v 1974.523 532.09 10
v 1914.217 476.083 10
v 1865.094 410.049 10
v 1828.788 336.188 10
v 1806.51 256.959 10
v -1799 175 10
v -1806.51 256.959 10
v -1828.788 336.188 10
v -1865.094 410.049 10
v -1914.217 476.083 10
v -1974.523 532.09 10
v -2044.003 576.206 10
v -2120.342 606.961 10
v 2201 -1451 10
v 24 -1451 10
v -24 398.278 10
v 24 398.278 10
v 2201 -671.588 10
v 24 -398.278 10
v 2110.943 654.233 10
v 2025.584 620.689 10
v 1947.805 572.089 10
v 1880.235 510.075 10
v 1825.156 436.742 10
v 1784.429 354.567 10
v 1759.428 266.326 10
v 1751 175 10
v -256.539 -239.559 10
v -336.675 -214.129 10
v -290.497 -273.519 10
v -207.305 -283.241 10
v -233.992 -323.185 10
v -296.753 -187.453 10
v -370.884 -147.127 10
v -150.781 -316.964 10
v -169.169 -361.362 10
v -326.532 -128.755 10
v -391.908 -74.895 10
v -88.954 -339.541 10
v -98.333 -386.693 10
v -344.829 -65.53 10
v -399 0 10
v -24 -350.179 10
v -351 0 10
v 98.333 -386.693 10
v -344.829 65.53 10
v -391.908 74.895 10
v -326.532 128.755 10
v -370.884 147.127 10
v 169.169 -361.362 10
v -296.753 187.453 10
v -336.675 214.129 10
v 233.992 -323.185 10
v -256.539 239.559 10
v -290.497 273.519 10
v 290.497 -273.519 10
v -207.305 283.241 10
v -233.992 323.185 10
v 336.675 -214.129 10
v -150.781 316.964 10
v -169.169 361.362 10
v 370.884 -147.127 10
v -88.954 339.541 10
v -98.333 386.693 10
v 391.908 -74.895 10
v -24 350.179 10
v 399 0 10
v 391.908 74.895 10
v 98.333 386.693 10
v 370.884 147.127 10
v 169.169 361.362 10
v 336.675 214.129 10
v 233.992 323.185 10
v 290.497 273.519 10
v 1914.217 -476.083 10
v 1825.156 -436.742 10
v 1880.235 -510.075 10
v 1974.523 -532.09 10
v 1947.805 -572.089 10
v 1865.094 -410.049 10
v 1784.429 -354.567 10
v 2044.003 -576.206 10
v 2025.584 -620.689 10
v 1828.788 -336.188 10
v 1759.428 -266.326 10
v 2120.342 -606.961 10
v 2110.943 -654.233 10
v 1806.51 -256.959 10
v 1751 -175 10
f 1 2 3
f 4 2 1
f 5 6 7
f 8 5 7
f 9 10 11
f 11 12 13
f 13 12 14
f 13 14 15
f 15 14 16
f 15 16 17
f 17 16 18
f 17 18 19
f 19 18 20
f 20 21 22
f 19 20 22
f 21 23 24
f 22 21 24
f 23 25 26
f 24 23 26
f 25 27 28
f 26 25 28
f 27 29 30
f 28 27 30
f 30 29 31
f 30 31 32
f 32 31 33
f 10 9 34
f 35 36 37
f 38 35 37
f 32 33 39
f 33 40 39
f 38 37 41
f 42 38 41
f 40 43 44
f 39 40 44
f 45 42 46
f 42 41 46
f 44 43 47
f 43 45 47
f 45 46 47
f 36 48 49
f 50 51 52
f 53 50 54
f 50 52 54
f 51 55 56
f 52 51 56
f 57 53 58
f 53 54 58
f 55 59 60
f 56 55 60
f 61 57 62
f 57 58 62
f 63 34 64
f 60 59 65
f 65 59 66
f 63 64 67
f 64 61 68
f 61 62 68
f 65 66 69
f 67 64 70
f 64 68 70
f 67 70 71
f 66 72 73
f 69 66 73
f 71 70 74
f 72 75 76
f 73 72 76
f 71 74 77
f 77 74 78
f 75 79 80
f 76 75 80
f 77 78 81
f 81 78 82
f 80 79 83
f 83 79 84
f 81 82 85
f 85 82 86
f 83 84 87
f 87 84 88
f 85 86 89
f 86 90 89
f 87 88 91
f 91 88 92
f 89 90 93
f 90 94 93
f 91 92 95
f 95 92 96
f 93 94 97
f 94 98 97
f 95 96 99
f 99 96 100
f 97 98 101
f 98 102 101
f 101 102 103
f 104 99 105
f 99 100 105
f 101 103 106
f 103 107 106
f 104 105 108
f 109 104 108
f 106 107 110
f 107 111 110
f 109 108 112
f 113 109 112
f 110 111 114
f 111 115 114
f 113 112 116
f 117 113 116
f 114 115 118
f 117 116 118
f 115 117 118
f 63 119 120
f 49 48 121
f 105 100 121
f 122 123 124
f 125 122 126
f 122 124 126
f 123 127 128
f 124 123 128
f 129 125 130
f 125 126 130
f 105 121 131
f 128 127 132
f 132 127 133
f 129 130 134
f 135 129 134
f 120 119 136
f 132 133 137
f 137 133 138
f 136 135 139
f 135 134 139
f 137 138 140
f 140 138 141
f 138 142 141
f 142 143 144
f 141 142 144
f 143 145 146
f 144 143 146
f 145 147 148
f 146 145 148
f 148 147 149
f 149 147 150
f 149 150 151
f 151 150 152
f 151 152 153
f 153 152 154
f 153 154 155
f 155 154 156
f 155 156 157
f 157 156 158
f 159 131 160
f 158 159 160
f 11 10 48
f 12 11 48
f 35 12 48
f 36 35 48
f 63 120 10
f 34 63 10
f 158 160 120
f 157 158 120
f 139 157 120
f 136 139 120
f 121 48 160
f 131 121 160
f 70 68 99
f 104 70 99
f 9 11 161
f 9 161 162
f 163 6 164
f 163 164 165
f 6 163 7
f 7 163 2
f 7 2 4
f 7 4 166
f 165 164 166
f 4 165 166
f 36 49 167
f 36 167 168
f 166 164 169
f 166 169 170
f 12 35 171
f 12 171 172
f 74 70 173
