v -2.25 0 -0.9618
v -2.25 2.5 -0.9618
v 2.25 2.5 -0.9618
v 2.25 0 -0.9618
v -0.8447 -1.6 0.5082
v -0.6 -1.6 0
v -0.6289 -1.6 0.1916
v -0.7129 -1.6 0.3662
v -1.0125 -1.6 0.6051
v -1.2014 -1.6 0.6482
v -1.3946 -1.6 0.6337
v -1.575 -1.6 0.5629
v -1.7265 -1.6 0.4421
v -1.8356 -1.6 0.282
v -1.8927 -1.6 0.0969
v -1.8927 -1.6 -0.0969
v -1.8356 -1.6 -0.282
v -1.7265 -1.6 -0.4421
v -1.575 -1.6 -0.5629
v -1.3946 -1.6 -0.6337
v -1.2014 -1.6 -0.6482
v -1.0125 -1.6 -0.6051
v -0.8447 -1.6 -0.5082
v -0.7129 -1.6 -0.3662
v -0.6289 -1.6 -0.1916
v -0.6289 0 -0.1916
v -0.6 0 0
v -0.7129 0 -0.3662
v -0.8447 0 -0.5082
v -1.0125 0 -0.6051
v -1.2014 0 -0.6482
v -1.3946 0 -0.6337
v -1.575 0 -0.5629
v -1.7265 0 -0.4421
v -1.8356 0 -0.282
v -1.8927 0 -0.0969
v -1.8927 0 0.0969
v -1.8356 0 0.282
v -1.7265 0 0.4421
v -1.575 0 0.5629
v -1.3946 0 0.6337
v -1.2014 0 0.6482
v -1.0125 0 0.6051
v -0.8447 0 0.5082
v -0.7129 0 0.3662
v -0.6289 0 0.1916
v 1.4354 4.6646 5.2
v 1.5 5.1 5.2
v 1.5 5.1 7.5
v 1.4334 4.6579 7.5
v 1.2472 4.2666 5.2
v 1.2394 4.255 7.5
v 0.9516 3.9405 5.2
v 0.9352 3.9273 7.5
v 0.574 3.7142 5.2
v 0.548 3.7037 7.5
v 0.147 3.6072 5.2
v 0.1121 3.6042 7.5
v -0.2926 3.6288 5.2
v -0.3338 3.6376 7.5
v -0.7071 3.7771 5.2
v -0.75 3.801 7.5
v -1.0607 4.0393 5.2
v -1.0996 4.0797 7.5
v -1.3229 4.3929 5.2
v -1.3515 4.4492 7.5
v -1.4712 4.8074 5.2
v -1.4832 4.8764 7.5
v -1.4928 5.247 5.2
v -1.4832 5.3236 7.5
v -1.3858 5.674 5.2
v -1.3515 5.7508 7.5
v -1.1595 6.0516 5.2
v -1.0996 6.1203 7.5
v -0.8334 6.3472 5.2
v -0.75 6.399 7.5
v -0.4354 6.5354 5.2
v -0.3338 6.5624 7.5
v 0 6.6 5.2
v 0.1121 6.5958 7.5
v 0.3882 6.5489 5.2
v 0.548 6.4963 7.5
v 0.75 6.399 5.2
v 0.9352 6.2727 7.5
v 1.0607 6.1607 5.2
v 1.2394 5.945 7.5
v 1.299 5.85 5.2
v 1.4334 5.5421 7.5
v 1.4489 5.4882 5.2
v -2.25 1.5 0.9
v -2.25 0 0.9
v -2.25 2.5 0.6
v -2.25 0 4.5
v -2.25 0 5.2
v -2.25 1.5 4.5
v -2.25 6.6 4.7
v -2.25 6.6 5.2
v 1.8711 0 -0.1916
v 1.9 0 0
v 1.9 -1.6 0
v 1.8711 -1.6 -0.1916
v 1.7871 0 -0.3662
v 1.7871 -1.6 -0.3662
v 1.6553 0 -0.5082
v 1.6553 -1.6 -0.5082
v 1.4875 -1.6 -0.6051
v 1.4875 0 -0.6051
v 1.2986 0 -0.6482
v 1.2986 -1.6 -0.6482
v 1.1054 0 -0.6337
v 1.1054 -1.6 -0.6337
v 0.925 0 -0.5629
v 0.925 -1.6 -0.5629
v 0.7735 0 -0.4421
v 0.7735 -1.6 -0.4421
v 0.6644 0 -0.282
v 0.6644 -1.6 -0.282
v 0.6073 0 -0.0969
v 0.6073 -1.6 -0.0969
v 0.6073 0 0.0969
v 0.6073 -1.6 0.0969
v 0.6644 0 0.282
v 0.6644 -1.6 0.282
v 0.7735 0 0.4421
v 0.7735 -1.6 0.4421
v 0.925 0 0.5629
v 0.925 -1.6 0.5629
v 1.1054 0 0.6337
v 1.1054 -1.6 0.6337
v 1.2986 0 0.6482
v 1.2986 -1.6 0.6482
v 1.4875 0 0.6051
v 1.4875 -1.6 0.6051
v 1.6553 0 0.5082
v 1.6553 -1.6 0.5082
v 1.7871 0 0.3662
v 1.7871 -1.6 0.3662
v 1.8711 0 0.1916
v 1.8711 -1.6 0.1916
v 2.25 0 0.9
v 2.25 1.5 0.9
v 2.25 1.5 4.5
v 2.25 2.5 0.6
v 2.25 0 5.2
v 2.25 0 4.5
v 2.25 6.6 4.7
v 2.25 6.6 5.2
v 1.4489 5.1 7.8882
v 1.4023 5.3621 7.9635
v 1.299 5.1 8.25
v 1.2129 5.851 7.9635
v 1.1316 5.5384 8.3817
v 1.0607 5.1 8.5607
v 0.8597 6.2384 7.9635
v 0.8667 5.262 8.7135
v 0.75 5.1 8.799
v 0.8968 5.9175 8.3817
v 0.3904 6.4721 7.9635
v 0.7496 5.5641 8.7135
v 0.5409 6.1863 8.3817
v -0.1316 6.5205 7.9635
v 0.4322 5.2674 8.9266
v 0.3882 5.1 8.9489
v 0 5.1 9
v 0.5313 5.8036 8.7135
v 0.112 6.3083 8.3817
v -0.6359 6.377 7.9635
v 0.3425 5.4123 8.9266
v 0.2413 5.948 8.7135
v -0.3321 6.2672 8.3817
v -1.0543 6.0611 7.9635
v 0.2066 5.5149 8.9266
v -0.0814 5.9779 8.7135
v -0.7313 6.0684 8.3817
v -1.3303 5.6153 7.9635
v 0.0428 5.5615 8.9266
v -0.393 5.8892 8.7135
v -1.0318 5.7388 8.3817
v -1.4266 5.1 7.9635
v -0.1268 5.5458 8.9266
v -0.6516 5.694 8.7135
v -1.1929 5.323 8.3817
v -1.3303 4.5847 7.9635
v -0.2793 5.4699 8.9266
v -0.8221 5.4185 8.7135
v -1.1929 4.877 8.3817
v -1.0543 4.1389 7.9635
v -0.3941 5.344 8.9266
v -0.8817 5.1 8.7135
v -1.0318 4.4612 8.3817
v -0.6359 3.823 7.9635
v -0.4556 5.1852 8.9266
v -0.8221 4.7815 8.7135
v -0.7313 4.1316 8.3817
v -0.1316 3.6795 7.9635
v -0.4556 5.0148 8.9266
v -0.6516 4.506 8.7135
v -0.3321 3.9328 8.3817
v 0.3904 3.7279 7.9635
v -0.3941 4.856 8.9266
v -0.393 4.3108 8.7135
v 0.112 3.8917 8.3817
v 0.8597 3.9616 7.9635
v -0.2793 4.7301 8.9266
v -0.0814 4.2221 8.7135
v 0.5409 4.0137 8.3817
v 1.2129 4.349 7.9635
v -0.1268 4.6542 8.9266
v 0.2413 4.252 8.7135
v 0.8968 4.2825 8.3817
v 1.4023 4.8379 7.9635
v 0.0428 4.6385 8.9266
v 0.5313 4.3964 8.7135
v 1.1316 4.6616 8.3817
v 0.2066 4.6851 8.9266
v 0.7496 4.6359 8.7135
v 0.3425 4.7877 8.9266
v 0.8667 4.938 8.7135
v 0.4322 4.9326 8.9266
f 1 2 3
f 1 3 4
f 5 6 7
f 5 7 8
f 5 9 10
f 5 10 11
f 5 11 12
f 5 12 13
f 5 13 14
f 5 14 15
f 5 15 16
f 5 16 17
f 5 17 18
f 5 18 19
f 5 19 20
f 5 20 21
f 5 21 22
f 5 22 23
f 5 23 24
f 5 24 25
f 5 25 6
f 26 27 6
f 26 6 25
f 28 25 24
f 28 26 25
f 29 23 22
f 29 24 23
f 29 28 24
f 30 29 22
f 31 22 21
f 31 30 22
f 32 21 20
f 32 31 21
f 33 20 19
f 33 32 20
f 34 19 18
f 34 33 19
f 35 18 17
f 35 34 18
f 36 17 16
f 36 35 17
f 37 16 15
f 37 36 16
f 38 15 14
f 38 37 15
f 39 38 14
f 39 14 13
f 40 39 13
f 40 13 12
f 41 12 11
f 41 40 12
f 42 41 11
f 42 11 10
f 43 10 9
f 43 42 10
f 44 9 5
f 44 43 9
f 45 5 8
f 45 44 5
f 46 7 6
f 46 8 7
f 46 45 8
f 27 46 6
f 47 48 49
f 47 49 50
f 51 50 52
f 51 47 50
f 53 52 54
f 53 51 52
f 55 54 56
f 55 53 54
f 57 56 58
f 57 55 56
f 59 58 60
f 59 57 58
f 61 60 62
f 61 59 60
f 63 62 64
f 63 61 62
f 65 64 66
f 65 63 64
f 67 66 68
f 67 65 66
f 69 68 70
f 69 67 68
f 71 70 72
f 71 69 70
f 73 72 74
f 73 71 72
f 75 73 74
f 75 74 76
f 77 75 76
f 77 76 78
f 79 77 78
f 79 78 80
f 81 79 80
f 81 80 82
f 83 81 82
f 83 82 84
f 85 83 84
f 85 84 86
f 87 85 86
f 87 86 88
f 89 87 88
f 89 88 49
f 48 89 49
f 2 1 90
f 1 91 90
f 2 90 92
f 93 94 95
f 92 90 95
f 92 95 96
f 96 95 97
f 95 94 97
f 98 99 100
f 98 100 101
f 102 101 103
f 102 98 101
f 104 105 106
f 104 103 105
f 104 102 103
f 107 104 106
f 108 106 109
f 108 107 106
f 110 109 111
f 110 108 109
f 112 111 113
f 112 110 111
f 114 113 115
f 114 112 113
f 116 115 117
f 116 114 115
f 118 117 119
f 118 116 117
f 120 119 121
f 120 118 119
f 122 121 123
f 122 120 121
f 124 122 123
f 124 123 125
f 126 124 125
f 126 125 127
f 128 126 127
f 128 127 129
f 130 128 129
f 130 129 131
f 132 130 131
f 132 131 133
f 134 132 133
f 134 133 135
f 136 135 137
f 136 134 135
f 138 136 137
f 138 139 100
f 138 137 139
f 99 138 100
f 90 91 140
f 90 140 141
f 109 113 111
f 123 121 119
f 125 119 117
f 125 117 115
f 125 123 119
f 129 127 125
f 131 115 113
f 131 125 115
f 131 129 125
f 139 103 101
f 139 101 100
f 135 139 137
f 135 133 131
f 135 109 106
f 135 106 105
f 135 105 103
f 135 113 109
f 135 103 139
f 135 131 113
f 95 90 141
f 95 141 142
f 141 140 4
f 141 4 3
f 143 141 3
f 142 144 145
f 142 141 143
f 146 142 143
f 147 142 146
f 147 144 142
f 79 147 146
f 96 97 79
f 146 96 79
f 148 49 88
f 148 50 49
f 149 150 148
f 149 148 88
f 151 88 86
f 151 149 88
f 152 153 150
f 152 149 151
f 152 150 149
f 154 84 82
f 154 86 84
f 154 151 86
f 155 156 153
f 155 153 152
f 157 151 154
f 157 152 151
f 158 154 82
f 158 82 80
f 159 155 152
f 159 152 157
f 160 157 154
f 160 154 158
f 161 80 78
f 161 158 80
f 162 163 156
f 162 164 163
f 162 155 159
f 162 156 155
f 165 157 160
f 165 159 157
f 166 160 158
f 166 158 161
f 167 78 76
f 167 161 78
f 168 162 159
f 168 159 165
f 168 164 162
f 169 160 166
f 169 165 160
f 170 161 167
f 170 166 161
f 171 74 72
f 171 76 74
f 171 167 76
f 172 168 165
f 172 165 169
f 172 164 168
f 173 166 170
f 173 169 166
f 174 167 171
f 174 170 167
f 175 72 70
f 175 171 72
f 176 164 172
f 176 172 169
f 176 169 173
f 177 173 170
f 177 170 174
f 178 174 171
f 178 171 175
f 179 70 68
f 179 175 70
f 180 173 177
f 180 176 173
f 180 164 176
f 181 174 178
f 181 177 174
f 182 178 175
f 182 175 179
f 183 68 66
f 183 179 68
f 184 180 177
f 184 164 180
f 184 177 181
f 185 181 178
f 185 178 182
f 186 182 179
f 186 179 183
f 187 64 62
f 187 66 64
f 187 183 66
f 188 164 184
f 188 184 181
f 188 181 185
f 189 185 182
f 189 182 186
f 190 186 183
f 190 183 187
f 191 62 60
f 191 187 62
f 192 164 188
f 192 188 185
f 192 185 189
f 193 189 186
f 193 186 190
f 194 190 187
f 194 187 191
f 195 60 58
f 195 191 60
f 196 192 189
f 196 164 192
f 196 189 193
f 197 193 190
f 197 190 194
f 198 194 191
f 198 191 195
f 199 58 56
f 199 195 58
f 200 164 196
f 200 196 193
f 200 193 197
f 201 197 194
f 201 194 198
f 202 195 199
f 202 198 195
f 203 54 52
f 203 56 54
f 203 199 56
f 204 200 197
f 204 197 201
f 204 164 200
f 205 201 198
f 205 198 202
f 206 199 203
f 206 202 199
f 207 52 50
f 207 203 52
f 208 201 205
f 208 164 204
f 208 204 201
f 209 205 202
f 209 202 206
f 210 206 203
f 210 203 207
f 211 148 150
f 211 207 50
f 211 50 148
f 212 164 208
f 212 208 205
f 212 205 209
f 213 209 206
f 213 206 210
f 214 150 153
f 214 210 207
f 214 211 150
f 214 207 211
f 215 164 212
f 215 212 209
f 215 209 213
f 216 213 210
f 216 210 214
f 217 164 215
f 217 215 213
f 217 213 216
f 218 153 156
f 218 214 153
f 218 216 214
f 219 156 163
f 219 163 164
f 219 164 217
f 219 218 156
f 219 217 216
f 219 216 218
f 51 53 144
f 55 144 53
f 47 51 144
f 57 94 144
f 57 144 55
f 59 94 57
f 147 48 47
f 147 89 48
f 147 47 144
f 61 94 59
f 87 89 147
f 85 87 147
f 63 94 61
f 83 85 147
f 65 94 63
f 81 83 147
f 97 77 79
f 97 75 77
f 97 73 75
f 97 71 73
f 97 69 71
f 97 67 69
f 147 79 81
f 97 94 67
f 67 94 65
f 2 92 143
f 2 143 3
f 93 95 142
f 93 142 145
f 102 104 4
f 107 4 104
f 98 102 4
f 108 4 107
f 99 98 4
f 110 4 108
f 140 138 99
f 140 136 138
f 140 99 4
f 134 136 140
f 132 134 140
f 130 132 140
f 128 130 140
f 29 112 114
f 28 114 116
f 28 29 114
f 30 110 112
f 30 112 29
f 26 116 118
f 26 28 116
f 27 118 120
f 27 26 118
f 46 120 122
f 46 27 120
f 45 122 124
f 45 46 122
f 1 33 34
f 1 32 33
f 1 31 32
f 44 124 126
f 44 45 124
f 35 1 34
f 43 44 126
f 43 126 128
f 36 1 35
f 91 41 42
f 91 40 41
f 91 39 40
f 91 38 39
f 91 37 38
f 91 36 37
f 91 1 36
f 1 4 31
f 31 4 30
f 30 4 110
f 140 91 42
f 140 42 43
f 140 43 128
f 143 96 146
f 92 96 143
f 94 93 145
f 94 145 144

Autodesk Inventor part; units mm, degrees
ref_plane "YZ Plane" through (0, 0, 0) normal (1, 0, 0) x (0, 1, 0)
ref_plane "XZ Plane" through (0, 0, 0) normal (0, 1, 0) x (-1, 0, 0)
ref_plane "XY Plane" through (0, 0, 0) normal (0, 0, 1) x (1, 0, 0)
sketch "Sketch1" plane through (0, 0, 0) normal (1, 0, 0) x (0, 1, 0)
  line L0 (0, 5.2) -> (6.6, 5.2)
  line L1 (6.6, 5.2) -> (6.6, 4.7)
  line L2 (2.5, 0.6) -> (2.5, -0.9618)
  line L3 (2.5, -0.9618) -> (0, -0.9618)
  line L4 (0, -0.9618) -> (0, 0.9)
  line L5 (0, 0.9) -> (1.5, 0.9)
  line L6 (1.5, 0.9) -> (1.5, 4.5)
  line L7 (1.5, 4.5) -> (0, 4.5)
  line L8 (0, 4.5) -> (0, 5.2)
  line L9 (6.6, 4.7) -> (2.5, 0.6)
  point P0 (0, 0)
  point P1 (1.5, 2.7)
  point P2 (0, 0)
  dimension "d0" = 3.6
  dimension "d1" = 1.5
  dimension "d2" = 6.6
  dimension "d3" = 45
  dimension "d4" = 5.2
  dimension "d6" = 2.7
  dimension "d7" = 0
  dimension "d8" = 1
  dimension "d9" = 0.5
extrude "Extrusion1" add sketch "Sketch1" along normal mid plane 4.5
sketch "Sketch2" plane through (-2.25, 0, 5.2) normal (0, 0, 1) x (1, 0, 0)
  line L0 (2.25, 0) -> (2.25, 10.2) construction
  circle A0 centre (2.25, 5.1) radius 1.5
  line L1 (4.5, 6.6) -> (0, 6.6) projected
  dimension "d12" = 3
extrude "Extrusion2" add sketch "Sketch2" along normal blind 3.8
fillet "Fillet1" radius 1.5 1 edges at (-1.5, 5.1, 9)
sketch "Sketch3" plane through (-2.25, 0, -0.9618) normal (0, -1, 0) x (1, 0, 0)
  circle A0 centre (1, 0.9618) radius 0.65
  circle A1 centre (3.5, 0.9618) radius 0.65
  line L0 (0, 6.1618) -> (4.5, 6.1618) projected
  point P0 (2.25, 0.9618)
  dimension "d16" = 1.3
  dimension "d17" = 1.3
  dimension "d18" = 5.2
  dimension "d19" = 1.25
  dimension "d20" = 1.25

────────────────────

- **REQUIRED ACTION**: In the listing above, locate the line with "f 202 195 199" and the line with "f 94 145 144", then extract exactly those lines and every line between them, and nothing more.

- **ANSWER FOR THE TASK**:
f 202 195 199
f 202 198 195
f 203 54 52
f 203 56 54
f 203 199 56
f 204 200 197
f 204 197 201
f 204 164 200
f 205 201 198
f 205 198 202
f 206 199 203
f 206 202 199
f 207 52 50
f 207 203 52
f 208 201 205
f 208 164 204
f 208 204 201
f 209 205 202
f 209 202 206
f 210 206 203
f 210 203 207
f 211 148 150
f 211 207 50
f 211 50 148
f 212 164 208
f 212 208 205
f 212 205 209
f 213 209 206
f 213 206 210
f 214 150 153
f 214 210 207
f 214 211 150
f 214 207 211
f 215 164 212
f 215 212 209
f 215 209 213
f 216 213 210
f 216 210 214
f 217 164 215
f 217 215 213
f 217 213 216
f 218 153 156
f 218 214 153
f 218 216 214
f 219 156 163
f 219 163 164
f 219 164 217
f 219 218 156
f 219 217 216
f 219 216 218
f 51 53 144
f 55 144 53
f 47 51 144
f 57 94 144
f 57 144 55
f 59 94 57
f 147 48 47
f 147 89 48
f 147 47 144
f 61 94 59
f 87 89 147
f 85 87 147
f 63 94 61
f 83 85 147
f 65 94 63
f 81 83 147
f 97 77 79
f 97 75 77
f 97 73 75
f 97 71 73
f 97 69 71
f 97 67 69
f 147 79 81
f 97 94 67
f 67 94 65
f 2 92 143
f 2 143 3
f 93 95 142
f 93 142 145
f 102 104 4
f 107 4 104
f 98 102 4
f 108 4 107
f 99 98 4
f 110 4 108
f 140 138 99
f 140 136 138
f 140 99 4
f 134 136 140
f 132 134 140
f 130 132 140
f 128 130 140
f 29 112 114
f 28 114 116
f 28 29 114
f 30 110 112
f 30 112 29
f 26 116 118
f 26 28 116
f 27 118 120
f 27 26 118
f 46 120 122
f 46 27 120
f 45 122 124
f 45 46 122
f 1 33 34
f 1 32 33
f 1 31 32
f 44 124 126
f 44 45 124
f 35 1 34
f 43 44 126
f 43 126 128
f 36 1 35
f 91 41 42
f 91 40 41
f 91 39 40
f 91 38 39
f 91 37 38
f 91 36 37
f 91 1 36
f 1 4 31
f 31 4 30
f 30 4 110
f 140 91 42
f 140 42 43
f 140 43 128
f 143 96 146
f 92 96 143
f 94 93 145
f 94 145 144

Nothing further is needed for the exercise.